* **WHAT IS REQUIRED**
Only one stretch of the records below is wanted: the lines from the one holding "#166=FACE_BOUND('',#165,.T.);" through the one holding "#180=ADVANCED_BREP_SHAPE_REPRESENTATION('',(#179),#12);". Return it exactly, both ends included.

◆ ◆ ◆

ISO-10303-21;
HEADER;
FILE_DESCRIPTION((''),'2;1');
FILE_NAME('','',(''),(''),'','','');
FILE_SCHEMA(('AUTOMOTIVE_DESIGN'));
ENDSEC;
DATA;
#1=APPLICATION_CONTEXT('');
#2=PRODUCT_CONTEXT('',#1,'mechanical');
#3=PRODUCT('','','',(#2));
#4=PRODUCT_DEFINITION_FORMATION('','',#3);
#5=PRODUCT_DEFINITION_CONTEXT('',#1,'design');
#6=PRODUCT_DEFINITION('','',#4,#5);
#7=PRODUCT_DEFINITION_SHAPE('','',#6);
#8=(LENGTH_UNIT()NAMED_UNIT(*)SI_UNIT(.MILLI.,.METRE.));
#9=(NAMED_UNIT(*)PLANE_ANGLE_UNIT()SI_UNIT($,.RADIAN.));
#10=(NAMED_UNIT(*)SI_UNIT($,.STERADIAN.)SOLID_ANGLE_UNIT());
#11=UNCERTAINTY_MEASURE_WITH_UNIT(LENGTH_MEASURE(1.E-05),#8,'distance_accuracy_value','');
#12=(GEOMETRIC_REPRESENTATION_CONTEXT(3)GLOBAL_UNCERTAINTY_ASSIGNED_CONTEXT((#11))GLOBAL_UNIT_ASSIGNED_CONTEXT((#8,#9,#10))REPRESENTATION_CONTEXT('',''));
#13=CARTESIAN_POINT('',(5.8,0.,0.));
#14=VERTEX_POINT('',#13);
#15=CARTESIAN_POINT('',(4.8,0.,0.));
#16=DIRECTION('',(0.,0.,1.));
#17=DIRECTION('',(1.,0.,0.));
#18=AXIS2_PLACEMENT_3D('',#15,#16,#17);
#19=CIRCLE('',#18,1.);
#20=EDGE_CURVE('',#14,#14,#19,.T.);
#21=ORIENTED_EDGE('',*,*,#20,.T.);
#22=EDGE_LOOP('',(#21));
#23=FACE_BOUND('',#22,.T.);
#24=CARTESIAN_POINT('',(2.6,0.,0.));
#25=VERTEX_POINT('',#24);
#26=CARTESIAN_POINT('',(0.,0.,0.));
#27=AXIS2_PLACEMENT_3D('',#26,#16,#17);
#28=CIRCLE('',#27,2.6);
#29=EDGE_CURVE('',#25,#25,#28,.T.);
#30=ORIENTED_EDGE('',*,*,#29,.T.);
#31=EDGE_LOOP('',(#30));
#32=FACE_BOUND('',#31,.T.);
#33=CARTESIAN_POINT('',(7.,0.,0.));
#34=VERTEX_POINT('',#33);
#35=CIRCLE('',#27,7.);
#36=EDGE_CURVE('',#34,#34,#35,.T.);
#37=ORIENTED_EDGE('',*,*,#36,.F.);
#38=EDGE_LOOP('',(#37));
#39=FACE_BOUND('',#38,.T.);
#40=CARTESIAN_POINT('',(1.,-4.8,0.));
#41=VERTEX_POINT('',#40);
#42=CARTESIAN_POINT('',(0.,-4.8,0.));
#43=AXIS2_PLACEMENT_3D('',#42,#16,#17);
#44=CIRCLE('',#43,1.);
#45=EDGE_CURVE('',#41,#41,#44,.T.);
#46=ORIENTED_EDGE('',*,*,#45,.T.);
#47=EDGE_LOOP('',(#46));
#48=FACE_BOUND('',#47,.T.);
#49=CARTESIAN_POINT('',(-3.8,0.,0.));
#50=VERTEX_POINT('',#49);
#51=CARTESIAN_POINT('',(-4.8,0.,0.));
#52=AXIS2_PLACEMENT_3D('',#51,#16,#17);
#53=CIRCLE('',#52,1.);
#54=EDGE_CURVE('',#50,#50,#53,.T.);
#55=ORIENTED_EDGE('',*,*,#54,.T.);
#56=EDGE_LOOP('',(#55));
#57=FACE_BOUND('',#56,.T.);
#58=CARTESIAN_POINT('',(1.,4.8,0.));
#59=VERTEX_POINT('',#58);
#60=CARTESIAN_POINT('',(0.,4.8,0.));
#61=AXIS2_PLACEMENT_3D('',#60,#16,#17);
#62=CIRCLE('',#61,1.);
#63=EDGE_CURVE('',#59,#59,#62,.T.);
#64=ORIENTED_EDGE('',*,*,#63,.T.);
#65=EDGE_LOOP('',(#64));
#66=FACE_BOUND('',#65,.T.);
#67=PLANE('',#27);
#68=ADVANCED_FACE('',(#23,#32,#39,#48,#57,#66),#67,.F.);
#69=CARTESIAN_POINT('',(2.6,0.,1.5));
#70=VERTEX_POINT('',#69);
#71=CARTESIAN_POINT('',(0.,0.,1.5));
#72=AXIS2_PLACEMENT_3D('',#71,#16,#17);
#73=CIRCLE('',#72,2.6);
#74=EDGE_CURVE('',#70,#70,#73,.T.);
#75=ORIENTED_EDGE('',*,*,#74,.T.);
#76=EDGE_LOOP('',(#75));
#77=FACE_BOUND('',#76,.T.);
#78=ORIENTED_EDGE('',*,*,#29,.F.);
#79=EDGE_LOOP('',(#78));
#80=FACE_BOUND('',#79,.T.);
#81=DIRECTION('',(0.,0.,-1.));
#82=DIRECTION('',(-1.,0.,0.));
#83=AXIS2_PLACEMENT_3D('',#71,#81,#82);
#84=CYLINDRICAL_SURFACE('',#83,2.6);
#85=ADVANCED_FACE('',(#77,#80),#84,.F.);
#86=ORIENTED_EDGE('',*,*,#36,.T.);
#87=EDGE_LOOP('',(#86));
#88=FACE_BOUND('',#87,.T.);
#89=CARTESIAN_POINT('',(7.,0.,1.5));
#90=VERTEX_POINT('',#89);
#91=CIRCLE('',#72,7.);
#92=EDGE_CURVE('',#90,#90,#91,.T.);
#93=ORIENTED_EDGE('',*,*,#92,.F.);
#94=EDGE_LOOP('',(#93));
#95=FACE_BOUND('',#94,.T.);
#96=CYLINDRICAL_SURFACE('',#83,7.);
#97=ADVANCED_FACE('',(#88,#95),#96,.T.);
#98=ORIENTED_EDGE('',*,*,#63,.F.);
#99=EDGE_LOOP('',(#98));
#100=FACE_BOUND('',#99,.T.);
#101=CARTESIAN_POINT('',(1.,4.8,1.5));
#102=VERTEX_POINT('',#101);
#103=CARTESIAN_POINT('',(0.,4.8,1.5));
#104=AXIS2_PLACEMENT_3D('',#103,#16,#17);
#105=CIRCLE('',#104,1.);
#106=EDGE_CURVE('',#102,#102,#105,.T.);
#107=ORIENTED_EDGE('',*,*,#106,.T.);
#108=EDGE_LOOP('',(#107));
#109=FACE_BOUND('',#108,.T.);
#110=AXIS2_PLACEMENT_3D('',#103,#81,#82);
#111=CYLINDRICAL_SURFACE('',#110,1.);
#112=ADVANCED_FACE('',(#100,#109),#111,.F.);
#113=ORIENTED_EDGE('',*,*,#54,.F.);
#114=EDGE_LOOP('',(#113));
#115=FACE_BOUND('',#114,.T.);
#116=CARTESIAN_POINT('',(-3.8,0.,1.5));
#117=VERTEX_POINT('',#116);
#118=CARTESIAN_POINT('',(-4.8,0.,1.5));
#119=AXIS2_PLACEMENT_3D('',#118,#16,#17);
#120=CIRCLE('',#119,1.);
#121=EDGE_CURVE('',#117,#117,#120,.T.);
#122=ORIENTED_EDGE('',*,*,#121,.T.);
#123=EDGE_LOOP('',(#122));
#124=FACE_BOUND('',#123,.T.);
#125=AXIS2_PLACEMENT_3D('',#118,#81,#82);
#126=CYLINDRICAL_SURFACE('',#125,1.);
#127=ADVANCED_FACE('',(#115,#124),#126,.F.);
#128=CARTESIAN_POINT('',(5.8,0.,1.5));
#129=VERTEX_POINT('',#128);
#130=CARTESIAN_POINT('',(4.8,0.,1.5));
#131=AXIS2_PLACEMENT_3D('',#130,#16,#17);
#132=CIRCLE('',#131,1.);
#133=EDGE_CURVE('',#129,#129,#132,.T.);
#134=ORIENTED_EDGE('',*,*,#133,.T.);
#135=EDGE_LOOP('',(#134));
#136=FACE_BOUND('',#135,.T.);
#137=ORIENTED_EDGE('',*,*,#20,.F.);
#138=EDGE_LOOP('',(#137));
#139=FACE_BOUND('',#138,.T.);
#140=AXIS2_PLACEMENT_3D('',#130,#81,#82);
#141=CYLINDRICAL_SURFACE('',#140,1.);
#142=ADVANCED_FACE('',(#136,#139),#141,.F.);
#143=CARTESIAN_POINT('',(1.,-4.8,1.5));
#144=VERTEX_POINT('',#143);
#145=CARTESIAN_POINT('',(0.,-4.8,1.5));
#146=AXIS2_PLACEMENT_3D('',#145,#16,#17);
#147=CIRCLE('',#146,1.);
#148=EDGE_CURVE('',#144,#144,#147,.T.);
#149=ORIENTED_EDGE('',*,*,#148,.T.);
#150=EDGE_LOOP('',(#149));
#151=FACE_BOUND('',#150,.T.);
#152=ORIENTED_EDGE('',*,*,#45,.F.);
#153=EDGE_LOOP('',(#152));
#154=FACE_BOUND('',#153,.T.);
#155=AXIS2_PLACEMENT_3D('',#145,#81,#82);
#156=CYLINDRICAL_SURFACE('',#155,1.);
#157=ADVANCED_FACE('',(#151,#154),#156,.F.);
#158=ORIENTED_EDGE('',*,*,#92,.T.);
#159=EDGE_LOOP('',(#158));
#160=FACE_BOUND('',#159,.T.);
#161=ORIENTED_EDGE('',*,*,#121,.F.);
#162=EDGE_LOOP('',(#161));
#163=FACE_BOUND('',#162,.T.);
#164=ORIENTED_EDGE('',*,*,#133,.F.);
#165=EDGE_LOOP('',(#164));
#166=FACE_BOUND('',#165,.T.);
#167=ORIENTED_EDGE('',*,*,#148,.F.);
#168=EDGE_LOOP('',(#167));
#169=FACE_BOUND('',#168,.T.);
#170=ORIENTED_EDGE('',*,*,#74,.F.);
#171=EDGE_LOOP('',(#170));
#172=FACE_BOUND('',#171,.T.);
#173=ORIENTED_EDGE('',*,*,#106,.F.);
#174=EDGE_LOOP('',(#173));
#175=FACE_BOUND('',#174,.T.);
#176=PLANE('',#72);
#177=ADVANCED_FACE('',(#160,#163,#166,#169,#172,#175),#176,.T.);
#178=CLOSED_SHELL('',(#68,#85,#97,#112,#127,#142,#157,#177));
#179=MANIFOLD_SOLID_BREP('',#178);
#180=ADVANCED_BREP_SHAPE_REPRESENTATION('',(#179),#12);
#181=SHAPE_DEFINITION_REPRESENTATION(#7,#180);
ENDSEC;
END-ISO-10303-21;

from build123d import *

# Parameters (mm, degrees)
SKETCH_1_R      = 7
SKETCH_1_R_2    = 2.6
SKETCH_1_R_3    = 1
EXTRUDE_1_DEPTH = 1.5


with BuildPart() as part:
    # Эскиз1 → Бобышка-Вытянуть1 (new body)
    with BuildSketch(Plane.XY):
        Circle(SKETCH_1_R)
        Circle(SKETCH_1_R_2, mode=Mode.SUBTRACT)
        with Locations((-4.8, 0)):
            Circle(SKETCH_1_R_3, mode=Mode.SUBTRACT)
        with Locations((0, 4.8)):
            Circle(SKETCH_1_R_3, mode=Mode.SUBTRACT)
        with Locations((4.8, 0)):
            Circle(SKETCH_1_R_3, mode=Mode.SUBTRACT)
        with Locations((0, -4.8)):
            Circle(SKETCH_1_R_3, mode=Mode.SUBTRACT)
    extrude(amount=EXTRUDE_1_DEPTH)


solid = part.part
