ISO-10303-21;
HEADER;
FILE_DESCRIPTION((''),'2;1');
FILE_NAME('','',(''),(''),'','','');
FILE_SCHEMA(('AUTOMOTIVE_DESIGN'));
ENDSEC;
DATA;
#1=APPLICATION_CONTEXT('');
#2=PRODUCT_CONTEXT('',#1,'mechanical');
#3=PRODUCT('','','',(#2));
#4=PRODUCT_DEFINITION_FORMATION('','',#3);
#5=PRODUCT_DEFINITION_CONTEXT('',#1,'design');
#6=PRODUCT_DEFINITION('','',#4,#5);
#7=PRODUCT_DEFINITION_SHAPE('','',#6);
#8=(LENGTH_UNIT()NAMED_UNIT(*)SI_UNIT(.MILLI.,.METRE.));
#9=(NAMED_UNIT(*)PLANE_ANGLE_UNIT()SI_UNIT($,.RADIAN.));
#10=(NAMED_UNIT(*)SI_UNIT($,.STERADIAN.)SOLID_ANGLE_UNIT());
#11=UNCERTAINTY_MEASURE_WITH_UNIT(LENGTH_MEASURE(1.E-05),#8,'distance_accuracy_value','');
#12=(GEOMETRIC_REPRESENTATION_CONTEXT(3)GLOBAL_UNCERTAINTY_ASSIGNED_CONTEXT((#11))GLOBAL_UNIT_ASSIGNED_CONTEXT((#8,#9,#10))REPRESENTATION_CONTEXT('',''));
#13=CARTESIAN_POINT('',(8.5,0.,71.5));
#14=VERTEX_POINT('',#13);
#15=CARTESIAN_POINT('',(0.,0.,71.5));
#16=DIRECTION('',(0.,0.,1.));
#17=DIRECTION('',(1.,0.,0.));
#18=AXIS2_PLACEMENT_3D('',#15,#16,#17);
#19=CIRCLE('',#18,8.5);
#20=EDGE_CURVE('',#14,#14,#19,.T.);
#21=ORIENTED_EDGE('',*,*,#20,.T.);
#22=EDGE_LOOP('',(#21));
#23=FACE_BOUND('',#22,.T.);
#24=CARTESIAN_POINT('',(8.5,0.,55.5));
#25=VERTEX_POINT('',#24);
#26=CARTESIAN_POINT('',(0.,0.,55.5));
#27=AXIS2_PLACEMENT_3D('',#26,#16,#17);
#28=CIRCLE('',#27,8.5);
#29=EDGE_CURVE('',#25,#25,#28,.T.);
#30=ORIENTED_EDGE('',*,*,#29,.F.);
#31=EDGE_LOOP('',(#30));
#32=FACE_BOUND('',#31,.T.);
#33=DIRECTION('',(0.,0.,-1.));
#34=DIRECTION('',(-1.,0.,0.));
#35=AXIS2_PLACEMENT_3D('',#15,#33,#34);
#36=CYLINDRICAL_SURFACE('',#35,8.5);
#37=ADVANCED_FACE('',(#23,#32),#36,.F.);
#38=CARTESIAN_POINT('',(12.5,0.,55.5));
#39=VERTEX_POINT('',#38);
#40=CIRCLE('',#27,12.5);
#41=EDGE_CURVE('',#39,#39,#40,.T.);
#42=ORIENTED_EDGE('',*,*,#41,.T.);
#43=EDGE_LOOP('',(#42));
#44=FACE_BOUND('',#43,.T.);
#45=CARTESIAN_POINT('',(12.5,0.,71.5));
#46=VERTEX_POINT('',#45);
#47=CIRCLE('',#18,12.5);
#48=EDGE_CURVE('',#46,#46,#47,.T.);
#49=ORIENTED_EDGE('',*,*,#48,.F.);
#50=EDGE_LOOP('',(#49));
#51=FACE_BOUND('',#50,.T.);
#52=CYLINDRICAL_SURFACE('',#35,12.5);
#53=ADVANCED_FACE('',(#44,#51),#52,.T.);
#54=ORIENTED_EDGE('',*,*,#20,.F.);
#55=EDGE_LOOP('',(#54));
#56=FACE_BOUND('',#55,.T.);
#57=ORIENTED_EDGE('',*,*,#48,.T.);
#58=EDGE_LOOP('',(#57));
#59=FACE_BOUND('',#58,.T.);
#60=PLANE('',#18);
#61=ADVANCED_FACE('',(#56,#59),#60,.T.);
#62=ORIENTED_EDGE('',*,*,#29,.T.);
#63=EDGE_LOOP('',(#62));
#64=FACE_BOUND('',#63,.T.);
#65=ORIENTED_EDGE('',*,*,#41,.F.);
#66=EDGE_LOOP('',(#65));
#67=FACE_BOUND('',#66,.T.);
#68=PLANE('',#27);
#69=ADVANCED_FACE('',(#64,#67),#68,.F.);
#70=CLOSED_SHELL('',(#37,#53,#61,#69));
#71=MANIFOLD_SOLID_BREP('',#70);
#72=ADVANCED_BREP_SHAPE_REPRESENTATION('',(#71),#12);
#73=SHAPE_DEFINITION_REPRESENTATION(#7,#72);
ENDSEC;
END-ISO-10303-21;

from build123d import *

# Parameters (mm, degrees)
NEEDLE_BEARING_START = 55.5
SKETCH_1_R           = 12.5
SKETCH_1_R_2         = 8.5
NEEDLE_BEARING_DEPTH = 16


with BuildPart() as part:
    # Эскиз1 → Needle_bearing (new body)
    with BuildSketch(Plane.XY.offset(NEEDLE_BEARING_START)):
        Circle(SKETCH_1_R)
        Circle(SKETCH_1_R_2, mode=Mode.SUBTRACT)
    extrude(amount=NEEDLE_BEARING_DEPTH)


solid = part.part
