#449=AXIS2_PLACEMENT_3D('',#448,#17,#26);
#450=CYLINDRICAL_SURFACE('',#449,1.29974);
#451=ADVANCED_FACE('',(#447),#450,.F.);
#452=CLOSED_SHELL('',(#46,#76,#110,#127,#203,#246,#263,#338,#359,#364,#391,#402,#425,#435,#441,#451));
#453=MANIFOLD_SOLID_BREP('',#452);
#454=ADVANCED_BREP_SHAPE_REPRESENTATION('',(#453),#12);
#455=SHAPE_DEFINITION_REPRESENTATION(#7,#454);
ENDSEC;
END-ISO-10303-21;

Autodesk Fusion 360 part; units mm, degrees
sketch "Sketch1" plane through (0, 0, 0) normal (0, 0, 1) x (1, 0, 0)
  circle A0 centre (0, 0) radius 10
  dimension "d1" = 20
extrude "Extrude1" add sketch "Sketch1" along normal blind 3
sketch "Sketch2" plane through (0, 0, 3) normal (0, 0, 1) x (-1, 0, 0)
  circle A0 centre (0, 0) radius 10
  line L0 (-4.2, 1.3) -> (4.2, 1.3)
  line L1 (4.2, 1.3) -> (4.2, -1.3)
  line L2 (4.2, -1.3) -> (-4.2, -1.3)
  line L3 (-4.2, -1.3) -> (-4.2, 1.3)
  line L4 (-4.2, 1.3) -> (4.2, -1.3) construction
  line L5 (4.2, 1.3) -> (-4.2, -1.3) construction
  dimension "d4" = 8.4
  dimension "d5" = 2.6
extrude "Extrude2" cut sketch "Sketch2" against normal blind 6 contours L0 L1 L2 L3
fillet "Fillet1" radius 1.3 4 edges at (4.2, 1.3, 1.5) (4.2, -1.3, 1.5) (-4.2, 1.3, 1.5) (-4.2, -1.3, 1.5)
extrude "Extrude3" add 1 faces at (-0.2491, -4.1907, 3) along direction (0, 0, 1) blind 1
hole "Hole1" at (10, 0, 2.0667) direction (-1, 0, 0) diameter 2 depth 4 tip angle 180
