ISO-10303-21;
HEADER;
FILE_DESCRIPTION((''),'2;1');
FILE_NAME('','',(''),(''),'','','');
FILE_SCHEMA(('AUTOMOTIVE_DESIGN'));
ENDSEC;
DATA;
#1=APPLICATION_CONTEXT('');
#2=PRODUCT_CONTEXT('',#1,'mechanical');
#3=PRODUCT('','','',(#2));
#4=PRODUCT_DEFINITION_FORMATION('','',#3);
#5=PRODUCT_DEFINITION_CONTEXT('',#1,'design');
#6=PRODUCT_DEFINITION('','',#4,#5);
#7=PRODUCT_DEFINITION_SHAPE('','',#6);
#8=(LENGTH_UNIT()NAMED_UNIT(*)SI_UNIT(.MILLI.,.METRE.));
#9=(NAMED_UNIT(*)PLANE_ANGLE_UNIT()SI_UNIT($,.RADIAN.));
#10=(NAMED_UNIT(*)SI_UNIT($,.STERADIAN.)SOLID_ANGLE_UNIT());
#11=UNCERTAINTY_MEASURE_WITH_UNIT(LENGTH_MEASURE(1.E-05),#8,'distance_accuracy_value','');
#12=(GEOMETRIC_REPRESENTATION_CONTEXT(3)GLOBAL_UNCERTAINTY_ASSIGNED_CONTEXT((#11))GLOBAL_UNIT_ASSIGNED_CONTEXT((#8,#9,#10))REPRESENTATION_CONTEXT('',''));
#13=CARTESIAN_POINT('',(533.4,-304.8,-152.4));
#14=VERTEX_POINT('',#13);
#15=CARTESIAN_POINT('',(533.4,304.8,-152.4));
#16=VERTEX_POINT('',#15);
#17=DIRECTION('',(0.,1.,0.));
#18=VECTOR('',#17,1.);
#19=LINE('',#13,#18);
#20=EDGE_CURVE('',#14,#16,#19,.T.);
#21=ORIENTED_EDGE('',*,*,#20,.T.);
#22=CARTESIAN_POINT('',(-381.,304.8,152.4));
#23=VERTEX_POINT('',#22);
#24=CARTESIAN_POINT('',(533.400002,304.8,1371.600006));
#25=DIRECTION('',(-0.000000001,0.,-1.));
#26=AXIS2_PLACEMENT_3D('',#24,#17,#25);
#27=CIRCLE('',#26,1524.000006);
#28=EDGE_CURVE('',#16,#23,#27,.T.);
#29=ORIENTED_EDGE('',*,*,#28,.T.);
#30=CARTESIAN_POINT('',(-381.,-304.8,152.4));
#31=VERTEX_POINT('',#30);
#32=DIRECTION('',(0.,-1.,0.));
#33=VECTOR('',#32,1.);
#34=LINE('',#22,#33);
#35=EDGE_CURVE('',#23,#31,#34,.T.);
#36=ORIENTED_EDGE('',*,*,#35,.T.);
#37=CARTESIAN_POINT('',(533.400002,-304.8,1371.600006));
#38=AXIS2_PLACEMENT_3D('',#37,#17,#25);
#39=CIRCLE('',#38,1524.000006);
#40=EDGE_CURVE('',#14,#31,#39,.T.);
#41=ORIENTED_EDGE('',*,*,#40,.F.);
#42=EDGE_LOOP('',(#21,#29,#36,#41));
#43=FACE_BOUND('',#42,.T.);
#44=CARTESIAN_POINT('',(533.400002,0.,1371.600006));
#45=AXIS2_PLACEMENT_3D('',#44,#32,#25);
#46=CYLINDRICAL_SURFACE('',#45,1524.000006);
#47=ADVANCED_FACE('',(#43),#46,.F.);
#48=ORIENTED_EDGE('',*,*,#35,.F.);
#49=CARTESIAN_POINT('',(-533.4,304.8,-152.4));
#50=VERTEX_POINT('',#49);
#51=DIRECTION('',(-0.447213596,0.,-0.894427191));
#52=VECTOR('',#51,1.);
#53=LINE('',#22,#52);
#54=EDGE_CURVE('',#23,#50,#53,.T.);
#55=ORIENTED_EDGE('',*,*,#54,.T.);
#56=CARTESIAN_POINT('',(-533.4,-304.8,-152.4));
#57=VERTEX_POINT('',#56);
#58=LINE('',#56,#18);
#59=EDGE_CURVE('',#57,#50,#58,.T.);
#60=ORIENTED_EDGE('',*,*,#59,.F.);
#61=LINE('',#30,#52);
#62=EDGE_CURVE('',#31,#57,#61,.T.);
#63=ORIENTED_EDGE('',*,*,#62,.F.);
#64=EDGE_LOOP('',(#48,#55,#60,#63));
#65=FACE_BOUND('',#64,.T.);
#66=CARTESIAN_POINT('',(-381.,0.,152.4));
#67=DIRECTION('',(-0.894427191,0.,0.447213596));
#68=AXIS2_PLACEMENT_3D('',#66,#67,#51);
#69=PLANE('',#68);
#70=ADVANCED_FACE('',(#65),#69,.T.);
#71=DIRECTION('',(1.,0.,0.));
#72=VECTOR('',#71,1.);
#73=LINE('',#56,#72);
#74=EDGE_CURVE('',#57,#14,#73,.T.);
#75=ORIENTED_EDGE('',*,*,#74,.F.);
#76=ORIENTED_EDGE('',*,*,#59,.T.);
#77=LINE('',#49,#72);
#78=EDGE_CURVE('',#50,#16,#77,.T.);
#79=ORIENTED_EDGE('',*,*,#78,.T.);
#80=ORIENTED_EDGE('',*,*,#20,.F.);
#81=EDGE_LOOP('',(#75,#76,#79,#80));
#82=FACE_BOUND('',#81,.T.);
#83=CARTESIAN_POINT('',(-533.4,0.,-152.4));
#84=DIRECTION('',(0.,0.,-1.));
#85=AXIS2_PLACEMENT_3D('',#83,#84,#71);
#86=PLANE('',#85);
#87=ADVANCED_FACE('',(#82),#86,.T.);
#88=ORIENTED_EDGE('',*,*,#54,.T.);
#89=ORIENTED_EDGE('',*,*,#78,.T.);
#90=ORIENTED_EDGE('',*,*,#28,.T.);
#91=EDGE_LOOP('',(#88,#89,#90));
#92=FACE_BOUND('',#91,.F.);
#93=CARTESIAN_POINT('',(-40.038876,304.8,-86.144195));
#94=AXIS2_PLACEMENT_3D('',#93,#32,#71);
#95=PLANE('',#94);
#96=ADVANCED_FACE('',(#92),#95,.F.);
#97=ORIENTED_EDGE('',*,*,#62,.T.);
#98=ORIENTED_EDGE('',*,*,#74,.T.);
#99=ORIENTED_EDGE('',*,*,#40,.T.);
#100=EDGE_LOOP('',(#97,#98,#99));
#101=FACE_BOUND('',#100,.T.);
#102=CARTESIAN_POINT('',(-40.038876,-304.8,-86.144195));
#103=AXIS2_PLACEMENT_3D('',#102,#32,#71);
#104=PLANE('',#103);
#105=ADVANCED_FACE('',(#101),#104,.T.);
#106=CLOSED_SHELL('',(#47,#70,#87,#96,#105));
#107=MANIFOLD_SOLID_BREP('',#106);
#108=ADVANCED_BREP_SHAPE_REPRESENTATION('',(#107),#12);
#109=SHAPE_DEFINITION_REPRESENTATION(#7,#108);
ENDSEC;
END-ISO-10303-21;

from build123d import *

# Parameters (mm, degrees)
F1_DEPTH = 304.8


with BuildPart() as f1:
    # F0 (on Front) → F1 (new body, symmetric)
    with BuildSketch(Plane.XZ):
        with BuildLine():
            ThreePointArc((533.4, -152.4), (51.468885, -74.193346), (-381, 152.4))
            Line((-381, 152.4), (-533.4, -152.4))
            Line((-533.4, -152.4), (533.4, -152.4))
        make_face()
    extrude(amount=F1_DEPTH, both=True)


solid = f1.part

◆ ◆ ◆

* **RESPONSE**
#166=FACE_BOUND('',#165,.T.);
#167=ORIENTED_EDGE('',*,*,#148,.F.);
#168=EDGE_LOOP('',(#167));
#169=FACE_BOUND('',#168,.T.);
#170=ORIENTED_EDGE('',*,*,#74,.F.);
#171=EDGE_LOOP('',(#170));
#172=FACE_BOUND('',#171,.T.);
#173=ORIENTED_EDGE('',*,*,#106,.F.);
#174=EDGE_LOOP('',(#173));
#175=FACE_BOUND('',#174,.T.);
#176=PLANE('',#72);
#177=ADVANCED_FACE('',(#160,#163,#166,#169,#172,#175),#176,.T.);
#178=CLOSED_SHELL('',(#68,#85,#97,#112,#127,#142,#157,#177));
#179=MANIFOLD_SOLID_BREP('',#178);
#180=ADVANCED_BREP_SHAPE_REPRESENTATION('',(#179),#12);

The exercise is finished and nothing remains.